Last night I was convinced the Molly had ick, but this morning she looks a bit better and all the other fish seem very healthy.
I held off on any meds and will stop at a LFS after work to see what they have in medicines for ick. I'll need more than I have if treatment will be up to 10 days.
I don't want to treat the tank unless I really need to because I worry that the acriflavine will negatively affect the bio-cycle.


----------



## TwinDad (Mar 3, 2011)

Still have the white spots?

Your should post pictures. I'm still new to this, but some people have posted that not all white spots are cih, so I think a photo might help out those that are in the know.


----------



## Eshnon (Apr 13, 2011)

*My imput*

Alright.. so I've read up on Ick and a few more sickness before I got a fish tank.. and Ick was one that was engraved into my mind..
First, depending on temp, the process for Ick can be slowed down, or quickened.. I would go with speeding it up and dropping the tablets into the water. Raising the Temp will increase the speed, but try not to kill your fish  Raising the temp will provide a shorter time for the parasites to leave the fish body, and when vulnerable, the tablets will kill them off. Raising the temp will also force all the other fish that are sick with Ick to "purge" the parasites into the water... Not at the sametime, but over the course of a week or two. Ick sucks.. and causes bloody streaks at the later stages.. keep an eye out for it.. As you probably see now.. are white spots.. This is the early stage for when the parasite enters through the skin, it causes an irritation.. a white spot. After a week or so, the parasite leaves and drops to the bottom of the tank where it multiplies. After multiplying, all the baby parasites then feed on your tank population.. resulting in a full Ick breakout.
-Remove Carbon filtering
-Increases Temp
-Cut medication dosage in half for catfish and other scaleless fish.
-Carry out with water changes BETWEEN treatments.

Hope this helps.


----------



## Mikaila31 (Dec 18, 2008)

I would suggest a copper based med. Coppersafe or aquari-sol is what I always use to treat ich. Continue treatment till all signs disappear. Then you need to continue treatment for another week at least. You can either use the med full strength or half for this part IMO. Continuing treatment is the most important part with treating ich. Otherwise you will find it keeps coming back. Just because it appears to be gone does not mean it really is.


----------



## AbbeysDad (Mar 28, 2011)

Thanks folks.
Well, it started with a few white spots on the one Molly looking like ick, but now I see signs on the other female Molly and it's looking more like a white fungus than spots of ick.
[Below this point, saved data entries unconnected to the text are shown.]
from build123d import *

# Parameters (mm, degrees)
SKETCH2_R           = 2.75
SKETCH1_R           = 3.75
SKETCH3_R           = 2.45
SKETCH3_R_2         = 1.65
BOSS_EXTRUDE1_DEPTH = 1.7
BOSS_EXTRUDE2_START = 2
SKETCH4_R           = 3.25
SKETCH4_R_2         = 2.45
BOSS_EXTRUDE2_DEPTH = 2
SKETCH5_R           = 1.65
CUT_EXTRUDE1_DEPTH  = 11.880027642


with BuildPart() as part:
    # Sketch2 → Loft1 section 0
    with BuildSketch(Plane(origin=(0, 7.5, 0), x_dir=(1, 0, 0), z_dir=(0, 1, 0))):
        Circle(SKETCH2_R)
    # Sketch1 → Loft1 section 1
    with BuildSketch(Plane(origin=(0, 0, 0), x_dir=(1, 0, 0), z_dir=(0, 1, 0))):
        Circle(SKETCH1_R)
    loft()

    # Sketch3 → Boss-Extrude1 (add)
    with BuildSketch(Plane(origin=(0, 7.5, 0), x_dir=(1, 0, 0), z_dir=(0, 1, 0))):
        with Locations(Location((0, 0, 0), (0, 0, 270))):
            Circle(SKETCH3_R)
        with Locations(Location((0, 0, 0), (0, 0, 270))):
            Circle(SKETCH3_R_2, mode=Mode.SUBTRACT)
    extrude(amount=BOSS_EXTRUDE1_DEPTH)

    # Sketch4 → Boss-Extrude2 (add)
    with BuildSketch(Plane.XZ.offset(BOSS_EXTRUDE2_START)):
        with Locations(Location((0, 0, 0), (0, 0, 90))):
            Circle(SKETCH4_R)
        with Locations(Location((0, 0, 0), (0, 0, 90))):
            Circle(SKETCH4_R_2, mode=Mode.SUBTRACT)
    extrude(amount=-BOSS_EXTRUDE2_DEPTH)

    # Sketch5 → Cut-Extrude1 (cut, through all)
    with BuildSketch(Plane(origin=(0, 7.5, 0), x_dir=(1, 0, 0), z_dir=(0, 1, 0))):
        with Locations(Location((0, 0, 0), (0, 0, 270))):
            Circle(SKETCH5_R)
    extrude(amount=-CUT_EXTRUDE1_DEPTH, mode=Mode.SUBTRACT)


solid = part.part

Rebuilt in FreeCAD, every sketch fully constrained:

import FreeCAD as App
import Part
import Sketcher

doc = App.newDocument("Part")
body = doc.addObject("PartDesign::Body", "Body")

# Sketch on XZ plane
sketch1 = body.newObject("Sketcher::SketchObject", "Sketch")
sketch1.AttachmentSupport = (doc.getObject("XZ_Plane"), [""])
sketch1.MapMode = "FlatFace"
sketch1.AttachmentOffset = App.Placement(App.Vector(0, 0, -7.5), App.Rotation())
sketch1.addGeometry(Part.Circle(App.Vector(0, 0, 0), App.Vector(0, 0, 1), 2.75), False)
sketch1.addConstraint(Sketcher.Constraint("Coincident", 0, 3, -1, 1))
sketch1.addConstraint(Sketcher.Constraint("Diameter", 0, 5.5))

# Sketch on XZ plane
sketch2 = body.newObject("Sketcher::SketchObject", "Sketch001")
sketch2.AttachmentSupport = (doc.getObject("XZ_Plane"), [""])
sketch2.MapMode = "FlatFace"
sketch2.addGeometry(Part.Circle(App.Vector(0, 0, 0), App.Vector(0, 0, 1), 3.75), False)
sketch2.addConstraint(Sketcher.Constraint("Coincident", 0, 3, -1, 1))
sketch2.addConstraint(Sketcher.Constraint("Diameter", 0, 7.5))

additiveloft = body.newObject("PartDesign::AdditiveLoft", "AdditiveLoft")
additiveloft.Profile = sketch1
additiveloft.Sections = [sketch2]

# Sketch on XZ plane
sketch3 = body.newObject("Sketcher::SketchObject", "Sketch002")
sketch3.AttachmentSupport = (doc.getObject("XZ_Plane"), [""])
sketch3.MapMode = "FlatFace"
sketch3.AttachmentOffset = App.Placement(App.Vector(0, 0, -7.5), App.Rotation())
sketch3.addGeometry(Part.Circle(App.Vector(0, 0, 0), App.Vector(0, 0, 1), 2.45), False)
sketch3.addGeometry(Part.Circle(App.Vector(0, 0, 0), App.Vector(0, 0, 1), 1.65), False)
sketch3.addConstraint(Sketcher.Constraint("Coincident", 0, 3, -1, 1))
sketch3.addConstraint(Sketcher.Constraint("Coincident", 1, 3, -1, 1))
sketch3.addConstraint(Sketcher.Constraint("Diameter", 0, 4.9))
sketch3.addConstraint(Sketcher.Constraint("Diameter", 1, 3.3))
pad1 = body.newObject("PartDesign::Pad", "Pad")
pad1.Profile = sketch3
pad1.Length = 1.7
pad1.Reversed = True

# Sketch on XZ plane
sketch4 = body.newObject("Sketcher::SketchObject", "Sketch003")
sketch4.AttachmentSupport = (doc.getObject("XZ_Plane"), [""])
sketch4.MapMode = "FlatFace"
sketch4.AttachmentOffset = App.Placement(App.Vector(0, 0, 2), App.Rotation())
sketch4.addGeometry(Part.Circle(App.Vector(0, 0, 0), App.Vector(0, 0, 1), 3.25), False)
sketch4.addGeometry(Part.Circle(App.Vector(0, 0, 0), App.Vector(0, 0, 1), 2.45), False)
sketch4.addConstraint(Sketcher.Constraint("Coincident", 0, 3, -1, 1))
sketch4.addConstraint(Sketcher.Constraint("Coincident", 1, 3, -1, 1))
sketch4.addConstraint(Sketcher.Constraint("Diameter", 0, 6.5))
sketch4.addConstraint(Sketcher.Constraint("Diameter", 1, 4.9))
pad2 = body.newObject("PartDesign::Pad", "Pad001")
pad2.Profile = sketch4
pad2.Length = 2
pad2.Reversed = True

# Sketch on XZ plane
sketch5 = body.newObject("Sketcher::SketchObject", "Sketch004")
sketch5.AttachmentSupport = (doc.getObject("XZ_Plane"), [""])
sketch5.MapMode = "FlatFace"
sketch5.AttachmentOffset = App.Placement(App.Vector(0, 0, -7.5), App.Rotation())
sketch5.addGeometry(Part.Circle(App.Vector(0, 0, 0), App.Vector(0, 0, 1), 1.65), False)
sketch5.addConstraint(Sketcher.Constraint("Coincident", 0, 3, -1, 1))
sketch5.addConstraint(Sketcher.Constraint("Diameter", 0, 3.3))
pocket1 = body.newObject("PartDesign::Pocket", "Pocket")
pocket1.Profile = sketch5
pocket1.Type = "ThroughAll"
pocket1.Reversed = True

doc.recompute()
I'm thinking that the male has been pestering the two females and his 'attentions' may have caused minor problems with the slime coat and a fungus has resulted. 
I am setting up a small 5g hospital tank and will move the two Mollies there to treat.


----------



## AbbeysDad (Mar 28, 2011)

Okay, the 5g tank is setup and the two female mollies have been moved in.
I added 1/2 tablet of Fungus Clear (Tank Buddies) (Nitrofurazone, Furazolidone, Potassium Dichromate)
"_Warning: This product contains a chemical known to the state of California to cause cancer._"
Fortunately, I live in New York!
I thought about adding salt either instead or in addition, but decided to just add the medicine.
Will be keeping a watchful eye.


----------



## AbbeysDad (Mar 28, 2011)

AbbeysDad said:


> Okay, the 5g tank is setup and the two female mollies have been moved in.
> I added 1/2 tablet of Fungus Clear (Tank Buddies) (Nitrofurazone, Furazolidone, Potassium Dichromate)
> "_Warning: This product contains a chemical known to the state of California to cause cancer._"
> Fortunately, I live in New York!
> ...


Abbey made a sign


----------



## AbbeysDad (Mar 28, 2011)

I happy to report that both Mollies look MUCH better today with little/no white spots/areas!
I'll leave them in the hospital tank another couple of days to be sure, but right now it looks really good.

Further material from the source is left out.